Loureiro grapes Map showing Loureiro areas of Portugal

Loureiro is a white-wine grape originating in the Iberian peninsula (possibly originating in the valley of the River Lima), where it is today grown mostly in Portugal (in the Minho region, at the north of the land), but also in Spain (in the Galicia region, which adjoins Minho), where it is called "Loureira".

It is not well known under its proper names, but is famous world-wide as the wine "Vinho Verde". (The name "Vinho Verde" does not refer to the color of the wine, but to its freshness, in the sense that "green" means young; there are actually red "Vinho Verde" wines.) Loureiro is often bottled as a monovarietal, but also frequently blended, especially with Treixadura/Trajadura.

Loureiro suffers in reputation because the wines made from it are almost invariably quite inexpensive, and what is low in cost is rarely valued much. Vinho Verde wines are dismissively referred to as "summer sippers" or "poolside wines". Now they may work well enough as such things, and certainly not every Loureiro-based wine is a wonder and a marvel; but well-made Loureiro wines—and there are a lot of them—definitely reward attention paid to them, and are definitely serious drinking.

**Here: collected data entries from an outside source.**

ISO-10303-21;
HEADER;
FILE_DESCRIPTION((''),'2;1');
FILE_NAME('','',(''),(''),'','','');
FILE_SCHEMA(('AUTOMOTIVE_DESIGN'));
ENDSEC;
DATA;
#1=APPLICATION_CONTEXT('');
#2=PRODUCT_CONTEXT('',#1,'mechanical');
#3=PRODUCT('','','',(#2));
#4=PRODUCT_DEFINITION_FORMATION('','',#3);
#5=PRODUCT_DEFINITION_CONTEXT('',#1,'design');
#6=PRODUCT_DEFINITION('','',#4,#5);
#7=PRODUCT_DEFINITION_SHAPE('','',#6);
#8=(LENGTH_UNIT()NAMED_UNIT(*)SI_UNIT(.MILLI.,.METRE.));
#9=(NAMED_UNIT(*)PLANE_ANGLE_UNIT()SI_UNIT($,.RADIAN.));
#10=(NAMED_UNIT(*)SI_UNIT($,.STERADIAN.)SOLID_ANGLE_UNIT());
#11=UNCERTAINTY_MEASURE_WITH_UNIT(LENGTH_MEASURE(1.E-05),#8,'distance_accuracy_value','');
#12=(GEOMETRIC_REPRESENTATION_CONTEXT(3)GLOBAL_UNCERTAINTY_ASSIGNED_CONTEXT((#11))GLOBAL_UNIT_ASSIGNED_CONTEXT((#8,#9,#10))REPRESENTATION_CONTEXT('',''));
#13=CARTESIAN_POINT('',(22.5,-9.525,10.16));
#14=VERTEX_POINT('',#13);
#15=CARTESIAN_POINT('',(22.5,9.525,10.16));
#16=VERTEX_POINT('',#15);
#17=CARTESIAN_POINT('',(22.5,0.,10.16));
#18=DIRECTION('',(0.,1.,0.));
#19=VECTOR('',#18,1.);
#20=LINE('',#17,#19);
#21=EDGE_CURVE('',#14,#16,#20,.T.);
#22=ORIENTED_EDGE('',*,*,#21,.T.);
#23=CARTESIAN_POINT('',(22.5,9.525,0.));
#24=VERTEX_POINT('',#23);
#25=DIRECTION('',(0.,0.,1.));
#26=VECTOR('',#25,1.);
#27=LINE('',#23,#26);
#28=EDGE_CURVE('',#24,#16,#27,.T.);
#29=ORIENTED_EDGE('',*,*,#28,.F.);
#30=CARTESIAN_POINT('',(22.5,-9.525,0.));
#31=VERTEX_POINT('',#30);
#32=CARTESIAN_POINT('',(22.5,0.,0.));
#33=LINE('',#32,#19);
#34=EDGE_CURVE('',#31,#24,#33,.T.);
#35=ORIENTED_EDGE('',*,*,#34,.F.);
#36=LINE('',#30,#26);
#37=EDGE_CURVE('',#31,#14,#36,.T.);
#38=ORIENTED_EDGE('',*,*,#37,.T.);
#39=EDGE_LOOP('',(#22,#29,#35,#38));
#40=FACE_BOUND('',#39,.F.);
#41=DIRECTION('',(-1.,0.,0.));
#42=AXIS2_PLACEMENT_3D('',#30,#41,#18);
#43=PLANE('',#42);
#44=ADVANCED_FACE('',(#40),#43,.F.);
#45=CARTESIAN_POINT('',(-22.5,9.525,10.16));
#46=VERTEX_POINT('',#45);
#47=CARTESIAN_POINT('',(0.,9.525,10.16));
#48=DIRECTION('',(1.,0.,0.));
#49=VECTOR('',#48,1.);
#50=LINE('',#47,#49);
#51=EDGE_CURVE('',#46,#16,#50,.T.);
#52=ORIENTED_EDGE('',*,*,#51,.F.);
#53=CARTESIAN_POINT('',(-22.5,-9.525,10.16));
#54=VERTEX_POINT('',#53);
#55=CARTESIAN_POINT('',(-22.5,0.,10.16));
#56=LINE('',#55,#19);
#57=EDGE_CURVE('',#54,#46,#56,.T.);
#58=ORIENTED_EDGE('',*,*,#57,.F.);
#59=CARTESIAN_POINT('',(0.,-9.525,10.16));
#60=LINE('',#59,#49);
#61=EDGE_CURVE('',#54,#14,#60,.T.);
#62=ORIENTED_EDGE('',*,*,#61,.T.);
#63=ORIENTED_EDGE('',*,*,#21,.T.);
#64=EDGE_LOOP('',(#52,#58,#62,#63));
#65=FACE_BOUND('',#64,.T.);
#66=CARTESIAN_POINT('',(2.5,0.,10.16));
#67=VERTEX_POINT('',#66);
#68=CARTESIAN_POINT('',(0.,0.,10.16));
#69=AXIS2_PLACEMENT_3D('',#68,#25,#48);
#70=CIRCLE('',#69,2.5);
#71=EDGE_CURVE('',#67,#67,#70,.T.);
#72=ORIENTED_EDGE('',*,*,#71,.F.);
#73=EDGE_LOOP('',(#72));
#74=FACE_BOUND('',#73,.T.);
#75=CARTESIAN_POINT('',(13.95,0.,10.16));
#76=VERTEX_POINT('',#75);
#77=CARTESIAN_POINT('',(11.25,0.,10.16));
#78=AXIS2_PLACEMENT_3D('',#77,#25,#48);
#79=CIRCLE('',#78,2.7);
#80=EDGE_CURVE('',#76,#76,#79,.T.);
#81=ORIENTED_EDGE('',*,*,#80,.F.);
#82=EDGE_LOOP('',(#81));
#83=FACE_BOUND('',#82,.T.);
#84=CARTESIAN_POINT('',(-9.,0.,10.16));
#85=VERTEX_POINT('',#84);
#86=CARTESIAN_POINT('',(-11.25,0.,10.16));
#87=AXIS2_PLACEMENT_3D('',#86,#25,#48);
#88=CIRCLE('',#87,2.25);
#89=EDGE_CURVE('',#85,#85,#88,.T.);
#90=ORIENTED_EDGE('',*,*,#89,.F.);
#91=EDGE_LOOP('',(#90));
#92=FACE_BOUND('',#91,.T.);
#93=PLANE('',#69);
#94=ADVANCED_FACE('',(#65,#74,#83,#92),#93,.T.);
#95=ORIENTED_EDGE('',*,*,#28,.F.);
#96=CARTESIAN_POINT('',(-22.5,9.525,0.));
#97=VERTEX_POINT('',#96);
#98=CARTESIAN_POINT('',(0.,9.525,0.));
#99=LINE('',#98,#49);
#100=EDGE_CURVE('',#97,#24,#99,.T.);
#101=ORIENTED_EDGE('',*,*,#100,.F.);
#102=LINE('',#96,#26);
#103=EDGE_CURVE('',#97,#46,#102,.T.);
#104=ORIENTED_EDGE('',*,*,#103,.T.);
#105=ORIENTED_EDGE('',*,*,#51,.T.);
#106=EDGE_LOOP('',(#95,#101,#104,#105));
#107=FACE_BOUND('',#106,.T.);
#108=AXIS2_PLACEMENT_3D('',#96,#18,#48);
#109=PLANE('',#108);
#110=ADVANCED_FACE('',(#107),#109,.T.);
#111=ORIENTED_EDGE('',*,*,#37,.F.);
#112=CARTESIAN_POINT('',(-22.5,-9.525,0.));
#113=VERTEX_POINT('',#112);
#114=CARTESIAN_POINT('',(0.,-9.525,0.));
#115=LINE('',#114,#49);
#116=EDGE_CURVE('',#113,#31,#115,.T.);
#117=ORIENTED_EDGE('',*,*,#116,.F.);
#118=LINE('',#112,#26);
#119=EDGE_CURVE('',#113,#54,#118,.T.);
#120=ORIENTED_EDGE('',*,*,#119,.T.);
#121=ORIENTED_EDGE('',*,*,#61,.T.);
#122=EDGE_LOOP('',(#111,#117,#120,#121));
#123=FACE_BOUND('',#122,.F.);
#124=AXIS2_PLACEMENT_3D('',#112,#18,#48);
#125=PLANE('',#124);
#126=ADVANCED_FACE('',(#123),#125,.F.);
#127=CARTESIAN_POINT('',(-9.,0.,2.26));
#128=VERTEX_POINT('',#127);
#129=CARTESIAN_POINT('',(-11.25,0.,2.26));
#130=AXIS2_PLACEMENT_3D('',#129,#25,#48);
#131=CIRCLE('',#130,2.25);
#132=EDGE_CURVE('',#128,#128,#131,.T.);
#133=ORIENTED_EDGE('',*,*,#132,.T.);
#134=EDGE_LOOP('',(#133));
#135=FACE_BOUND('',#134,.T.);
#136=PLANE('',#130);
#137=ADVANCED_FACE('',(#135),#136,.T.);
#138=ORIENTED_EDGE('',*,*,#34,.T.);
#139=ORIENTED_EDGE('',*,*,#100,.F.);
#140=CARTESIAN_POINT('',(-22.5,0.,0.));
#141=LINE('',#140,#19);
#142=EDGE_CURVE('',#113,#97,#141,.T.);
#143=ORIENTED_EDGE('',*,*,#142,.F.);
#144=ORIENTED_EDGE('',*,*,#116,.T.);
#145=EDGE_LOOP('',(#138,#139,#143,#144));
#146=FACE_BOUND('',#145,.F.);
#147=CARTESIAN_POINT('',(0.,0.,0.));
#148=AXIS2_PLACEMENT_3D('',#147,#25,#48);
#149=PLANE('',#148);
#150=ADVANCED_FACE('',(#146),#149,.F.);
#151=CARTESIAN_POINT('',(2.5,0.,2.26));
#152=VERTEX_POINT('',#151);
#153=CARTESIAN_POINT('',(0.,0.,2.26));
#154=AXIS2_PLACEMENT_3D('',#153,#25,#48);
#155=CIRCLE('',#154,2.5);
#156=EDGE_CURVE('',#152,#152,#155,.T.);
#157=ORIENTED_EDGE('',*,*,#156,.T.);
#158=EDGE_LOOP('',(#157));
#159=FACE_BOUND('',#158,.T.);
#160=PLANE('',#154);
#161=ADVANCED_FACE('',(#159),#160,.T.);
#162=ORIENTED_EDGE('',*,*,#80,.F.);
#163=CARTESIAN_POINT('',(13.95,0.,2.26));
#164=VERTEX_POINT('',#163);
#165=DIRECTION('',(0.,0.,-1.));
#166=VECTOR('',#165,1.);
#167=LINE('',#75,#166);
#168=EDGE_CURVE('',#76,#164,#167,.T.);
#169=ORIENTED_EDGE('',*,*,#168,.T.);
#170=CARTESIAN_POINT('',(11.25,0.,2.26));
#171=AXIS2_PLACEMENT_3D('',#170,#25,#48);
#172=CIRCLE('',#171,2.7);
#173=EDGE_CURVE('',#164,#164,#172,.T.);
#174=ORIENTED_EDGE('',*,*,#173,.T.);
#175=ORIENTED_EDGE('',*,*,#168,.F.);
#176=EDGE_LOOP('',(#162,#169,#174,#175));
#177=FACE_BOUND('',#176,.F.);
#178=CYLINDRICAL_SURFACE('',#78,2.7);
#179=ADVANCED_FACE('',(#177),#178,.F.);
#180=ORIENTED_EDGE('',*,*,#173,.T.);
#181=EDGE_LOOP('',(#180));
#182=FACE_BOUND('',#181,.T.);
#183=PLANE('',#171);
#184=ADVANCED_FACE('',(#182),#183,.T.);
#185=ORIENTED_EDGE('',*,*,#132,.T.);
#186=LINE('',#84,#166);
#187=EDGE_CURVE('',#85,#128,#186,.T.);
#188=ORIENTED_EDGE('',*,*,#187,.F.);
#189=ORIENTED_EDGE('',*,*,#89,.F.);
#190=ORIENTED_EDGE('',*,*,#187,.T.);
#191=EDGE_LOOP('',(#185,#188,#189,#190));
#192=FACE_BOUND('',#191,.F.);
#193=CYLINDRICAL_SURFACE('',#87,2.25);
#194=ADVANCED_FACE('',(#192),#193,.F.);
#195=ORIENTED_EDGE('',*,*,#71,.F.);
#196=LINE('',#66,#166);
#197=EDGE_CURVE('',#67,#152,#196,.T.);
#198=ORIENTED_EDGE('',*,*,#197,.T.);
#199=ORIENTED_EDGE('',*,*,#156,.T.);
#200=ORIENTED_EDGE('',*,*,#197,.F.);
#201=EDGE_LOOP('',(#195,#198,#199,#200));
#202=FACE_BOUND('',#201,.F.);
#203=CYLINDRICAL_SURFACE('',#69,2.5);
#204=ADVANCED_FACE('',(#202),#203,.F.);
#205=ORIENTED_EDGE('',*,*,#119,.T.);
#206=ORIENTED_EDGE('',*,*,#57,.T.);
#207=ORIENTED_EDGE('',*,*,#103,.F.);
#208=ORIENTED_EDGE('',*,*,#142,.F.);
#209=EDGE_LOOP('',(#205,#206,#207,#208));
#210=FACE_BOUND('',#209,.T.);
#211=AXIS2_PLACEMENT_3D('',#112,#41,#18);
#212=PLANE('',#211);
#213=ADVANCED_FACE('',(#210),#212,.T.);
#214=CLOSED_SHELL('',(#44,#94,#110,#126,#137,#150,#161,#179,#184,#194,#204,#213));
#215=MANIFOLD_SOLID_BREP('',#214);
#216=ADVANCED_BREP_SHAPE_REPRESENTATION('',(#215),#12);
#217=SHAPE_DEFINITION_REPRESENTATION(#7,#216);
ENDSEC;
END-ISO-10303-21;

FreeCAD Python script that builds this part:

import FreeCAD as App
import Part
import Sketcher

V = App.Vector

doc = App.newDocument("Part")
body = doc.addObject("PartDesign::Body", "Body")

# Sketch on XY plane
sketch1 = doc.addObject("Sketcher::SketchObject", "Sketch")
body.addObject(sketch1)
sketch1.AttachmentSupport = (doc.XY_Plane, [""])
sketch1.MapMode = "FlatFace"
sketch1.addGeometry([
    Part.LineSegment(V(-22, 10, 0), V(-22, -10, 0)),
    Part.LineSegment(V(-22, -10, 0), V(22, -10, 0)),
    Part.LineSegment(V(22, -10, 0), V(22, 10, 0)),
    Part.LineSegment(V(22, 10, 0), V(-22, 10, 0)),
], False)
sketch1.addConstraint([
    Sketcher.Constraint("Coincident", 0, 2, 1, 1),
    Sketcher.Constraint("Coincident", 1, 2, 2, 1),
    Sketcher.Constraint("Coincident", 2, 2, 3, 1),
    Sketcher.Constraint("Coincident", 3, 2, 0, 1),
    Sketcher.Constraint("Vertical", 0),
    Sketcher.Constraint("Horizontal", 1),
    Sketcher.Constraint("Vertical", 2),
    Sketcher.Constraint("Horizontal", 3),
    Sketcher.Constraint("Symmetric", 0, 2, 2, 2, -1, 1),
    Sketcher.Constraint("DistanceX", 1, 1, 1, 2, 45.0),
    Sketcher.Constraint("DistanceY", 0, 2, 0, 1, 19.05),
])
pad1 = doc.addObject("PartDesign::Pad", "Pad")
body.addObject(pad1)
pad1.Profile = sketch1
pad1.Length = 10.16

# Sketch on XY plane
sketch2 = doc.addObject("Sketcher::SketchObject", "Sketch001")
body.addObject(sketch2)
sketch2.AttachmentSupport = (doc.XY_Plane, [""])
sketch2.MapMode = "FlatFace"
sketch2.AttachmentOffset = App.Placement(V(0, 0, 10.16), App.Rotation())
sketch2.addGeometry([
    Part.Circle(V(-11.2, 0, 0), V(0, 0, 1), 2.2),
    Part.Circle(V(0, 0, 0), V(0, 0, 1), 2.5),
    Part.Circle(V(11.2, 0, 0), V(0, 0, 1), 2.7),
], False)
sketch2.addConstraint([
    Sketcher.Constraint("Coincident", 1, 3, -1, 1),
    Sketcher.Constraint("Symmetric", 0, 3, 2, 3, -1, 1),
    Sketcher.Constraint("PointOnObject", 0, 3, -1),
    Sketcher.Constraint("Diameter", 1, 5.0),
    Sketcher.Constraint("Diameter", 0, 4.5),
    Sketcher.Constraint("Diameter", 2, 5.4),
    Sketcher.Constraint("DistanceX", 0, 3, 2, 3, 22.5),
])
pocket1 = doc.addObject("PartDesign::Pocket", "Pocket")
body.addObject(pocket1)
pocket1.Profile = sketch2
pocket1.Length = 7.9

doc.recompute()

The grape's name derives from the name of the laurel bush, and its scent and flavor is indeed reminescent of laurel (think "bay leaf")—indeed, "aggressively" flavored and scented in some cases (which is A Good Thing). It is distinctive and interesting. In addition to the dominant laurel quality, Loureiro wines usually also show both citrus and clear mineral flavors, making them quite a flavor package. Loureiro wines also typically exhibit keen acidity, giving them zest, plus making them good with many foods.

Some Loureiro-based wines exhibit a trace of petillance—a faint trace of "fizziness" from dissolved carbon dioxide. Traditionally that CO2 was a byproduct of the fermentation, but nowadays it is often deliberately injected to make a more "interesting" wine. Some like it, some don't, and most don't care much one way or the other. Just don't be surprised by an occasionally sense of "spritz" in a Loureiro. (Some feel that adding a little CO2 reduces the chances of unwanted bottle oxidation, to which Loureiro is said to be prone.)

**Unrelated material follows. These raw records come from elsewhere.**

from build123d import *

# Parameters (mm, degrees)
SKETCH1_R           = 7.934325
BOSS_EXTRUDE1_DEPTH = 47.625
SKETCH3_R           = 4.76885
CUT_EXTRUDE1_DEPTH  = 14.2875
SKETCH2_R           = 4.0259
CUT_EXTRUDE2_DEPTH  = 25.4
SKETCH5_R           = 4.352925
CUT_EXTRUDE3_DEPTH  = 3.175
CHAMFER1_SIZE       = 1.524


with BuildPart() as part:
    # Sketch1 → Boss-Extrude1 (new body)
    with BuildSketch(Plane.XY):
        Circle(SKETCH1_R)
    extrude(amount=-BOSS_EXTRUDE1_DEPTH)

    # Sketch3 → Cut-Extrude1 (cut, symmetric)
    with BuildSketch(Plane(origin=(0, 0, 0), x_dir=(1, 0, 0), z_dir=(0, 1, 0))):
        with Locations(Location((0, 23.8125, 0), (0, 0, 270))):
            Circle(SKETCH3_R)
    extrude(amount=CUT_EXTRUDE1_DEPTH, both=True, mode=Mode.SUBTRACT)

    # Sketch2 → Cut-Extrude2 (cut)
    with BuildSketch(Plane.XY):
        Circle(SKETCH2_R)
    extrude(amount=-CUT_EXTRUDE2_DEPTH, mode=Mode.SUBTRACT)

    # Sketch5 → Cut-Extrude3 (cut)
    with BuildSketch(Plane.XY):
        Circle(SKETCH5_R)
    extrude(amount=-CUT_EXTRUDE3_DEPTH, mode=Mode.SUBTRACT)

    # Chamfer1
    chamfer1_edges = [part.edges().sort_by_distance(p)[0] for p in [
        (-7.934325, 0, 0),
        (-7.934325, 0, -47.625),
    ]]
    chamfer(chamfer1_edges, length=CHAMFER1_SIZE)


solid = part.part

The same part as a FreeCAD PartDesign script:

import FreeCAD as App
import Part
import Sketcher

V = App.Vector
Q = App.Units.Quantity


def edges_at(feature, points):
    """Names of the edges that pass closest to the given points."""
    edges = feature.Shape.Edges
    near = lambda p: min(range(len(edges)), key=lambda i: edges[i].distToShape(Part.Vertex(*p))[0])
    return sorted({f"Edge{near(p) + 1}" for p in points})

doc = App.newDocument("Part")
body = doc.addObject("PartDesign::Body", "Body")

# Sketch on XY plane
sketch1 = doc.addObject("Sketcher::SketchObject", "Sketch")
body.addObject(sketch1)
sketch1.AttachmentSupport = (doc.XY_Plane, [""])
sketch1.MapMode = "FlatFace"
sketch1.addGeometry(Part.Circle(V(0, 0, 0), V(0, 0, 1), 7.934325), False)
sketch1.addConstraint([
    Sketcher.Constraint("Coincident", 0, 3, -1, 1),
    Sketcher.Constraint("Diameter", 0, Q("15.86865 mm")),
])
pad1 = doc.addObject("PartDesign::Pad", "Pad")
body.addObject(pad1)
pad1.Profile = sketch1
pad1.Length = Q("1.875 in")
pad1.Reversed = True

# Sketch on XZ plane
sketch2 = doc.addObject("Sketcher::SketchObject", "Sketch001")
body.addObject(sketch2)
sketch2.AttachmentSupport = (doc.XZ_Plane, [""])
sketch2.MapMode = "FlatFace"
sketch2.addGeometry(Part.Circle(V(0, -23.8125, 0), V(0, 0, 1), 4.76885), False)
sketch2.addConstraint([
    Sketcher.Constraint("PointOnObject", 0, 3, -2),
    Sketcher.Constraint("Diameter", 0, Q("0.3755 in")),
    Sketcher.Constraint("DistanceY", 0, 3, -1, 1, Q("0.9375 in")),
])
pocket1 = doc.addObject("PartDesign::Pocket", "Pocket")
body.addObject(pocket1)
pocket1.Profile = sketch2
pocket1.Length = Q("1.125 in")
pocket1.Midplane = True

# Sketch on XY plane
sketch3 = doc.addObject("Sketcher::SketchObject", "Sketch002")
body.addObject(sketch3)
sketch3.AttachmentSupport = (doc.XY_Plane, [""])
sketch3.MapMode = "FlatFace"
sketch3.addGeometry(Part.Circle(V(0, 0, 0), V(0, 0, 1), 4.0259), False)
sketch3.addConstraint([
    Sketcher.Constraint("Coincident", 0, 3, -1, 1),
    Sketcher.Constraint("Diameter", 0, Q("0.317 in")),
])
pocket2 = doc.addObject("PartDesign::Pocket", "Pocket001")
body.addObject(pocket2)
pocket2.Profile = sketch3
pocket2.Length = Q("1 in")

# Sketch on XY plane
sketch4 = doc.addObject("Sketcher::SketchObject", "Sketch003")
body.addObject(sketch4)
sketch4.AttachmentSupport = (doc.XY_Plane, [""])
sketch4.MapMode = "FlatFace"
sketch4.addGeometry(Part.Circle(V(0, 0, 0), V(0, 0, 1), 4.352925), False)
sketch4.addConstraint([
    Sketcher.Constraint("Coincident", 0, 3, -1, 1),
    Sketcher.Constraint("Diameter", 0, Q("8.70585 mm")),
])
pocket3 = doc.addObject("PartDesign::Pocket", "Pocket002")
body.addObject(pocket3)
pocket3.Profile = sketch4
pocket3.Length = Q("0.125 in")
doc.recompute()

chamfer = doc.addObject("PartDesign::Chamfer", "Chamfer")
body.addObject(chamfer)
chamfer.Base = (pocket3, edges_at(pocket3, [(-7.934, 0, 0), (-7.934, 0, -47.625)]))
chamfer.Size = Q("0.06 in")

doc.recompute()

One does have to be wary of Vinho Verde that is made to conform to the popular image of a lightweight "sipper" (though even those are often quite flavorful), but with a little care, there is lots of fine enjoyment to be had. To repeat, then: Loureiro wines are often serious, excellent wines worthy of slow and careful imbibing.

Factoid: Loureiro is often called by misleading names, from Arinto to Moscatel. Caveat emptor.

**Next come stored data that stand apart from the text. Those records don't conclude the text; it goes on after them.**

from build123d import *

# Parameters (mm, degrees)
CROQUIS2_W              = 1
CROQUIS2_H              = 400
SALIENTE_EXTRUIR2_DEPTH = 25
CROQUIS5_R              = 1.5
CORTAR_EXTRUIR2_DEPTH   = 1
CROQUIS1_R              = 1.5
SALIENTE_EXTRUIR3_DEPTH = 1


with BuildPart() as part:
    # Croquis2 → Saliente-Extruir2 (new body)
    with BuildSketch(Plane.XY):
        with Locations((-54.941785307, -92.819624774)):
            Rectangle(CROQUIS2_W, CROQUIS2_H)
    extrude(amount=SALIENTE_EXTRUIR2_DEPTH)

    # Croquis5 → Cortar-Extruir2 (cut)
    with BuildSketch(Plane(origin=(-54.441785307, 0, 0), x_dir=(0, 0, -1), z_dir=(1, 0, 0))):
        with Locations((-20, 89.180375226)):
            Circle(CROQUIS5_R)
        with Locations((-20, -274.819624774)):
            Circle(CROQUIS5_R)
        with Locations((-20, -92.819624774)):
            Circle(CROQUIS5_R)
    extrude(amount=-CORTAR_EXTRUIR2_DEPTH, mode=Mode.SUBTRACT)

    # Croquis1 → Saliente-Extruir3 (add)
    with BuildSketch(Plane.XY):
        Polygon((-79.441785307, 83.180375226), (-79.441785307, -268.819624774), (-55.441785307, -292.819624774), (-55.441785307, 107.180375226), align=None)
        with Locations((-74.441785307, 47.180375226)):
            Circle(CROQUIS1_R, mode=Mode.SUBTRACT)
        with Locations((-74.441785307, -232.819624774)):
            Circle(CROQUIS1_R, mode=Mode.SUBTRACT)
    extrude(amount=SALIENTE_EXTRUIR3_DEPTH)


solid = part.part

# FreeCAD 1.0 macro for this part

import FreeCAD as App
import Part
import Sketcher
Q = App.Units.Quantity


def add_polygon(sketch, points):
    """Adds a closed chain of lines whose ends are joined by coincident constraints."""
    first, n = sketch.GeometryCount, len(points)
    for a, b in zip(points, points[1:] + points[:1]):
        sketch.addGeometry(Part.LineSegment(App.Vector(*a, 0), App.Vector(*b, 0)), False)
    for i in range(n):
        sketch.addConstraint(Sketcher.Constraint("Coincident", first + i, 2, first + (i + 1) % n, 1))

doc = App.newDocument("Part")
body = doc.addObject("PartDesign::Body", "Body")

sketch1 = body.newObject("Sketcher::SketchObject", "Sketch")
sketch1.AttachmentSupport = (doc.getObject("XY_Plane"), [""])
sketch1.MapMode = "FlatFace"
add_polygon(sketch1, [(-55.4, 107.2), (-55.4, -292.8), (-54.4, -292.8), (-54.4, 107.2)])
sketch1.addConstraint([
    Sketcher.Constraint("Vertical", 0),
    Sketcher.Constraint("Horizontal", 1),
    Sketcher.Constraint("Vertical", 2),
    Sketcher.Constraint("Horizontal", 3),
    Sketcher.Constraint("DistanceX", 1, 1, 1, 2, Q("1 mm")),
    Sketcher.Constraint("DistanceY", 0, 2, 0, 1, Q("400 mm")),
    Sketcher.Constraint("DistanceX", 0, 2, -1, 1, Q("55.441785 mm")),
    Sketcher.Constraint("DistanceY", 0, 2, -1, 1, Q("292.819625 mm")),
])
pad1 = body.newObject("PartDesign::Pad", "Pad")
pad1.Profile = sketch1
pad1.Length = 25

sketch2 = body.newObject("Sketcher::SketchObject", "Sketch001")
sketch2.AttachmentSupport = (doc.getObject("YZ_Plane"), [""])
sketch2.MapMode = "FlatFace"
sketch2.AttachmentOffset = App.Placement(App.Vector(0, 0, -54.441785), App.Rotation())
sketch2.addGeometry([
    Part.Circle(App.Vector(89.2, 20, 0), App.Vector(0, 0, 1), 1.5),
    Part.Circle(App.Vector(-274.8, 20, 0), App.Vector(0, 0, 1), 1.5),
    Part.Circle(App.Vector(-92.8, 20, 0), App.Vector(0, 0, 1), 1.5),
], False)
sketch2.addConstraint([
    Sketcher.Constraint("Equal", 0, 1),
    Sketcher.Constraint("Equal", 1, 2),
    Sketcher.Constraint("Horizontal", 0, 3, 1, 3),
    Sketcher.Constraint("Horizontal", 1, 3, 2, 3),
    Sketcher.Constraint("Diameter", 0, Q("3 mm")),
    Sketcher.Constraint("DistanceY", -1, 1, 0, 3, Q("20 mm")),
    Sketcher.Constraint("DistanceX", 1, 3, 0, 3, Q("364 mm")),
    Sketcher.Constraint("DistanceX", 1, 3, 2, 3, Q("182 mm")),
    Sketcher.Constraint("DistanceX", -1, 1, 0, 3, Q("89.180375 mm")),
])
pocket1 = body.newObject("PartDesign::Pocket", "Pocket")
pocket1.Profile = sketch2
pocket1.Length = 1

sketch3 = body.newObject("Sketcher::SketchObject", "Sketch002")
sketch3.AttachmentSupport = (doc.getObject("XY_Plane"), [""])
sketch3.MapMode = "FlatFace"
add_polygon(sketch3, [(-79.4, 83.2), (-79.4, -268.8), (-55.4, -292.8), (-55.4, 107.2)])
sketch3.addGeometry(Part.Circle(App.Vector(-74.4, -232.8, 0), App.Vector(0, 0, 1), 1.5), False)
sketch3.addGeometry(Part.Circle(App.Vector(-74.4, 47.2, 0), App.Vector(0, 0, 1), 1.5), False)
sketch3.addConstraint([
    Sketcher.Constraint("Vertical", 0),
    Sketcher.Constraint("Vertical", 2),
    Sketcher.Constraint("Equal", 4, 5),
    Sketcher.Constraint("Perpendicular", 1, 3),
    Sketcher.Constraint("Vertical", 4, 3, 5, 3),
    Sketcher.Constraint("Equal", 1, 3),
    Sketcher.Constraint("Diameter", 4, Q("3 mm")),
    Sketcher.Constraint("DistanceY", 0, 2, 0, 1, Q("352 mm")),
    Sketcher.Constraint("DistanceY", 2, 1, 2, 2, Q("400 mm")),
    Sketcher.Constraint("DistanceY", 4, 3, 5, 3, Q("280 mm")),
    Sketcher.Constraint("DistanceX", 0, 2, 4, 3, Q("5 mm")),
    Sketcher.Constraint("DistanceY", 0, 2, 4, 3, Q("36 mm")),
    Sketcher.Constraint("DistanceX", 4, 3, -1, 1, Q("74.441785 mm")),
    Sketcher.Constraint("DistanceY", 4, 3, -1, 1, Q("232.819625 mm")),
])
pad2 = body.newObject("PartDesign::Pad", "Pad001")
pad2.Profile = sketch3
pad2.Length = 1

doc.recompute()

Some Descriptions of Loureiro Wines

  • Wikipedia

    "Loureira, Loureiro or Loureiro Blanco is a white wine grape cultivated primarily in Galicia, Spain. It is also grown across the border in the Portuguese wine region of Minho where it is known as Loureiro and used in Vinho Verde. It is made either as a varietal wine or in a blend with Treixadura."

  • Wines of Portugal

    "'Loureiro' means 'laurel' or 'bay' and the aroma of Loureiro wines is said to resemble that of laurel flowers, also orange blossom, acacia and lime blossom, overlaying appley, peachy fruit. Loureiro wines usually have refreshing, well-balanced acidity. Loureiro is much in evidence nowadays bottled as a single variety, but traditionally it was more often blended with Arinto (Pedernã) and Alvarinho, or with Trajadura. It is a very vigorous, high-yielding variety that has only recently been recognised as 'noble'."

  • Vine to Wine Circle

    "High in acid, intense aromas, and fresh, but loses its fresh, floral and fruity characters with age. The aromatic intensity lends this young varietal much expression which harkens back to its name ("the laurel"), but is bolstered by hints of lime, orange, and acacia blossom, and the fruitiness of the orange and peach. Good well-balanced structure, lasting finish."

  • Forgotten Grapes

    "Grown almost exclusively in the Vinho Verde region of Portugal and the Galicia region of Spain just over the border, [Loureiro] was most often used as a blending grape with Alvarinhao (Albarino) or Trejadura (Treixadura). However, it's recently been re-evaluated for its freshness, crispness, and super complex aromatics of orange blossom, lime blossom, apple, peach, and acacia, and more often than not pops up these days as a single varietal wine."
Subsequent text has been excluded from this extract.